By Todd Betor and Timothy Gustafson

The Virginia Tax Commissioner ruled that the state’s intangible expense add-back exception is not all inclusive and does not apply to the gross amount of royalty payments made to a taxpayer’s affiliate based solely on the gross amount of the payments shown on another state’s tax return. The taxpayer argued that the plain meaning of Va. Code Ann. § 58.1-402(B)(8)(a)(1) entitled it to exclude 100% of royalty payments made to its affiliates from the add-back provisions because the payments were subject to tax based on or measured by net income imposed by other states. The Tax Commissioner, however, ruled that when considering the statute in its entirety, the exception only applies to the portion of a taxpayer’s royalty payments to its affiliate that corresponds to the portion of such affiliate’s taxable income in other states, as evidenced by the actual apportionment percentages shown on such affiliate’s tax returns filed with those other states. The Tax Commissioner also ruled that where a state’s tax is based on gross receipts (i.e., New Jersey), the ratio to determine royalties eligible for the exception also must be based on gross receipts. Va. Pub. Doc. Rul. 13-226 (Dec. 17, 2013).

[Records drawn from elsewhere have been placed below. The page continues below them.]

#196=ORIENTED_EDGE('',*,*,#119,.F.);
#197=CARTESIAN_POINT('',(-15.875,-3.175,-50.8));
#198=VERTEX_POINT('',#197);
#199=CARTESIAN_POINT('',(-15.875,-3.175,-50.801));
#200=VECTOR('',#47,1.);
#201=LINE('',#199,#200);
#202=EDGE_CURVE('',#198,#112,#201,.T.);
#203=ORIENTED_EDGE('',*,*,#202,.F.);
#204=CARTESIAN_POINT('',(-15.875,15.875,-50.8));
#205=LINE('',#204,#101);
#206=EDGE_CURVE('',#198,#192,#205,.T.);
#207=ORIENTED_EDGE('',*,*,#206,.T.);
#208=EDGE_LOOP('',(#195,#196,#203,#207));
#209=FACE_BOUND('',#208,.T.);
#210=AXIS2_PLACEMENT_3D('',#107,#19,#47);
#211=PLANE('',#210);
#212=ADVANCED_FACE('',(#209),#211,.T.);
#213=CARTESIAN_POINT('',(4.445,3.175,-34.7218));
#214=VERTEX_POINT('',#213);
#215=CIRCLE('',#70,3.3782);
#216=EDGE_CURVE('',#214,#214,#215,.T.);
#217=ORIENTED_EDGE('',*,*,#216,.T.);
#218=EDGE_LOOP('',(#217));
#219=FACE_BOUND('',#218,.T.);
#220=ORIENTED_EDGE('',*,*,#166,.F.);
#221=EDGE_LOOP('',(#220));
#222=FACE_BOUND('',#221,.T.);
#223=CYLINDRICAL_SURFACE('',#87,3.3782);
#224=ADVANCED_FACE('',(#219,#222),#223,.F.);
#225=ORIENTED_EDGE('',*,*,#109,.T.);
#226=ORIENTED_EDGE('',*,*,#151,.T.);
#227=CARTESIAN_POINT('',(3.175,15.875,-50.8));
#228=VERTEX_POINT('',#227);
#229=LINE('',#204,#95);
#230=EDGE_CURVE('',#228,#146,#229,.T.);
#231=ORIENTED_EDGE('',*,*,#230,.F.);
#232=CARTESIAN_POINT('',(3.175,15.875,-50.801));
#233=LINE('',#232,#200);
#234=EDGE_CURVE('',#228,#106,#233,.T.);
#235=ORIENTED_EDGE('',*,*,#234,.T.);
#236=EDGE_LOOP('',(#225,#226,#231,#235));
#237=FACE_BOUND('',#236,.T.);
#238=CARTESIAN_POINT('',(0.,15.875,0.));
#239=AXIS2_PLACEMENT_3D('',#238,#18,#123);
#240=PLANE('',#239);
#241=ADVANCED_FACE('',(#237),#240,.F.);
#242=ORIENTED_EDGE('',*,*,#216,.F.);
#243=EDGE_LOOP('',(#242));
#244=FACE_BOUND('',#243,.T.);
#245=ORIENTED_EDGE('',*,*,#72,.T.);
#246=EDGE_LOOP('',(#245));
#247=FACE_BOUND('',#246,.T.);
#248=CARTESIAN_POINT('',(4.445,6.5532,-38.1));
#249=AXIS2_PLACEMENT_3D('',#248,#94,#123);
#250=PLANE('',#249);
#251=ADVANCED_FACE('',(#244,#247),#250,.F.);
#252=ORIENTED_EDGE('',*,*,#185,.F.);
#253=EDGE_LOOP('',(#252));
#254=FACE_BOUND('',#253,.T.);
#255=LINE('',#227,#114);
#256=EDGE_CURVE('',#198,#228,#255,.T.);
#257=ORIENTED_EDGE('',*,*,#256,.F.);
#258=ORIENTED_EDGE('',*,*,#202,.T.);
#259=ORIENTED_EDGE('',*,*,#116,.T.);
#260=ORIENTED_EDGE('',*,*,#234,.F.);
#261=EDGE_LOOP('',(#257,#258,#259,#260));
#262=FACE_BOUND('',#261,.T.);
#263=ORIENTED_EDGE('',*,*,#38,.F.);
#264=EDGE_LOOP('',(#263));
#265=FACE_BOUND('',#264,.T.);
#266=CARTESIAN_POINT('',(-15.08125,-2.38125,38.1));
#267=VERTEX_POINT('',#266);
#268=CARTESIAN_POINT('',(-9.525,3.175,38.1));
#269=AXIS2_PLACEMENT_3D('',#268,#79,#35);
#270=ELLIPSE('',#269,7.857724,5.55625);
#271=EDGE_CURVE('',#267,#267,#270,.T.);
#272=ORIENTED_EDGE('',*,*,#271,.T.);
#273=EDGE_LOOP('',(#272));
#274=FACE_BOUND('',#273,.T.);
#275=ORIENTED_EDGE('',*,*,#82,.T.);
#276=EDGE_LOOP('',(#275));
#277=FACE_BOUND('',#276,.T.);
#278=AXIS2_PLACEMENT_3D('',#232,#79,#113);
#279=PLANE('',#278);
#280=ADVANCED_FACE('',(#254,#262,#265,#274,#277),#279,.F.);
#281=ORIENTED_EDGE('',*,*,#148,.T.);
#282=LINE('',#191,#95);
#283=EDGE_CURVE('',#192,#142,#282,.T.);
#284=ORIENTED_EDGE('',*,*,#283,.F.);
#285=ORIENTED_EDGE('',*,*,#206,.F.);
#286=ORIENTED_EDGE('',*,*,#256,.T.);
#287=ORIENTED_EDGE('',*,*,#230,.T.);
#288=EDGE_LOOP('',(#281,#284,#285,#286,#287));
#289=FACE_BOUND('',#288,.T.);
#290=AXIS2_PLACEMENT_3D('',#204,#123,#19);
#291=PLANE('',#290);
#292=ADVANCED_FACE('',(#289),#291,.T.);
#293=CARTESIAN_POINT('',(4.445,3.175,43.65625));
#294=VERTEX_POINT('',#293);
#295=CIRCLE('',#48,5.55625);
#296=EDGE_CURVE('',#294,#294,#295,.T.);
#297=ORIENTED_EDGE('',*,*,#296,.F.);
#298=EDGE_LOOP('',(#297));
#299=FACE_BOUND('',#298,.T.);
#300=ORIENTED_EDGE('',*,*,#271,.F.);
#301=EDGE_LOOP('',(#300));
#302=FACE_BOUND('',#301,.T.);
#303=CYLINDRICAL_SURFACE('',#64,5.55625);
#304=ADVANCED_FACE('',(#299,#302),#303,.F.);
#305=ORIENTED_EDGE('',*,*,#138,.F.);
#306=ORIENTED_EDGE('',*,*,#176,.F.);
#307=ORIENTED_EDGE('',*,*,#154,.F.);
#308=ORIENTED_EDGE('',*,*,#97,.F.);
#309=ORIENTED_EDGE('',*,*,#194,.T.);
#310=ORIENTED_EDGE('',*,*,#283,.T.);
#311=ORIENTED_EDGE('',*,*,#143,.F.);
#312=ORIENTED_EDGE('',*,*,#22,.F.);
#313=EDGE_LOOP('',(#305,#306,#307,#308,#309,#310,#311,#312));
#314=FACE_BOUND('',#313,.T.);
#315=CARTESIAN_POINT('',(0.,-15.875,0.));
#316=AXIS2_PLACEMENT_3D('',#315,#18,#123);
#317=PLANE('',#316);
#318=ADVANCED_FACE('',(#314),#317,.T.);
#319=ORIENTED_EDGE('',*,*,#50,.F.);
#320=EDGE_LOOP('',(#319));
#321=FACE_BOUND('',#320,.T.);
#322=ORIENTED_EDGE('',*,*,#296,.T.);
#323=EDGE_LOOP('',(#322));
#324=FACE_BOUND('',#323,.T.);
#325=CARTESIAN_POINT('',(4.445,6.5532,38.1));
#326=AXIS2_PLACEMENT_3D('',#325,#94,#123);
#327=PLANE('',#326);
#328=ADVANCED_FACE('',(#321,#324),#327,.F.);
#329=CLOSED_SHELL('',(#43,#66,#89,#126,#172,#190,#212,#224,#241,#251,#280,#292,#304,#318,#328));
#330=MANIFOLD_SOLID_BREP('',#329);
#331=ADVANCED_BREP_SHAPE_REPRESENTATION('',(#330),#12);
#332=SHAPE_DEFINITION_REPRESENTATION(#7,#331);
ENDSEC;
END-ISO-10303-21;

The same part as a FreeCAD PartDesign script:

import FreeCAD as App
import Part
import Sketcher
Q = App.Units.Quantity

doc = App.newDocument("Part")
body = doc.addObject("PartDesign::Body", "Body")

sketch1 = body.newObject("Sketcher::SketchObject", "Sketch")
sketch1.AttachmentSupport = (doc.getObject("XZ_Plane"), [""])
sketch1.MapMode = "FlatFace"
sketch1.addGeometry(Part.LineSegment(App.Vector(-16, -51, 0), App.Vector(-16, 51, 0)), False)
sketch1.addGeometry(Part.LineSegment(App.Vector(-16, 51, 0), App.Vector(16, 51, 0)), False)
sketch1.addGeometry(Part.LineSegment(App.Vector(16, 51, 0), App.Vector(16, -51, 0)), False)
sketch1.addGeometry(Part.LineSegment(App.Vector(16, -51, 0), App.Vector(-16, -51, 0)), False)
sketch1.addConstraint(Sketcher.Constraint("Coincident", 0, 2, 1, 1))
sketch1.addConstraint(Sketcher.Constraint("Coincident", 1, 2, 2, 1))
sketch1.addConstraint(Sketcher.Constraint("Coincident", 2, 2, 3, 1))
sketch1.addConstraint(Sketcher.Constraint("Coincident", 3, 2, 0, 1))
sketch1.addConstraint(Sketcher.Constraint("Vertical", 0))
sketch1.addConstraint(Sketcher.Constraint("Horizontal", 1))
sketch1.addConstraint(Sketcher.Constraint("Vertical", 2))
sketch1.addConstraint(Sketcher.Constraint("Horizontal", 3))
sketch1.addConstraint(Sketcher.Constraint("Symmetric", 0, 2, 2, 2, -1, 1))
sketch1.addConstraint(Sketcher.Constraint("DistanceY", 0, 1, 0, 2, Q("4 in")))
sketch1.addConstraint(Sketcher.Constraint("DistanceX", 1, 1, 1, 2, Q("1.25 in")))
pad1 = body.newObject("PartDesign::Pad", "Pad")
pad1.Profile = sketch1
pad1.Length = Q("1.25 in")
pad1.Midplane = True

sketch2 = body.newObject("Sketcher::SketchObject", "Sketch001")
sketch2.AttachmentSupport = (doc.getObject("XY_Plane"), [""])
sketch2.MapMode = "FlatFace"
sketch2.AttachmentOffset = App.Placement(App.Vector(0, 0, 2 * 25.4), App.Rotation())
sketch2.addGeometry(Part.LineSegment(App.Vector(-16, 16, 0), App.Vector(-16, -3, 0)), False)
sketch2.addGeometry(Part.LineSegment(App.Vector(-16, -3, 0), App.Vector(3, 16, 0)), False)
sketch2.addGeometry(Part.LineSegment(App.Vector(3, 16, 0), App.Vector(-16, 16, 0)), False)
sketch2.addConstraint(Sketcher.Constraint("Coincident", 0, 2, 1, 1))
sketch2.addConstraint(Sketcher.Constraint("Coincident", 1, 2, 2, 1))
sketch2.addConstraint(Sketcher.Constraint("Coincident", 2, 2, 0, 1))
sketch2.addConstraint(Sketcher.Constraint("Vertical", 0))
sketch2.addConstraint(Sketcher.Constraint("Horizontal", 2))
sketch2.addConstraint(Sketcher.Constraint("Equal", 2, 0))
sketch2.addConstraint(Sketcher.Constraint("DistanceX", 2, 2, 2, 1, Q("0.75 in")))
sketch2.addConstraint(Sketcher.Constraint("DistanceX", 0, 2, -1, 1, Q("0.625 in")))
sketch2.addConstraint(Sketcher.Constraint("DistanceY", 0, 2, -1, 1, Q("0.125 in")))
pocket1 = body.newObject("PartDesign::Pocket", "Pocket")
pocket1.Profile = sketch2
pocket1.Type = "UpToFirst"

This is one of four recent rulings issued by the Tax Commissioner discussing the application of Virginia’s add-back statute. See also, Va. Pub. Doc. Rul. No. 13-213 (Nov. 18, 2013); Va. Pub. Doc. Rul. No. 13-238 (Dec. 19, 2013); and Va. Pub. Doc. Rul. No. 13-239 (Dec. 19, 2013).

By Scott Booth and Andrew Appleby

The Massachusetts Governor released his proposed fiscal year 2015 budget, which includes a tax provision that is targeted directly at the insurance industry. Currently, income earned by pass-through entities, such as partnerships, owned by licensed life or property and casualty insurers is excluded from Massachusetts income tax because the owners are subject to a premiums tax instead. The proposal would treat pass-through entities owned by insurance companies as corporate entities for Massachusetts tax purposes. A similar proposal had been discussed in the Multistate Tax Commission Financial Institutions Work Group but ultimately did not materialize. The provision would apply when an insurance company owns, directly or indirectly, at least 50% of an entity engaged in a non-insurance trade or business that would otherwise be treated as a partnership or disregarded entity. In that case, the net income that passes through to the insurance company with respect to the non-insurance trade or business would be taxed as if the partnership or disregarded entity were a corporation subject to the state’s corporate excise tax.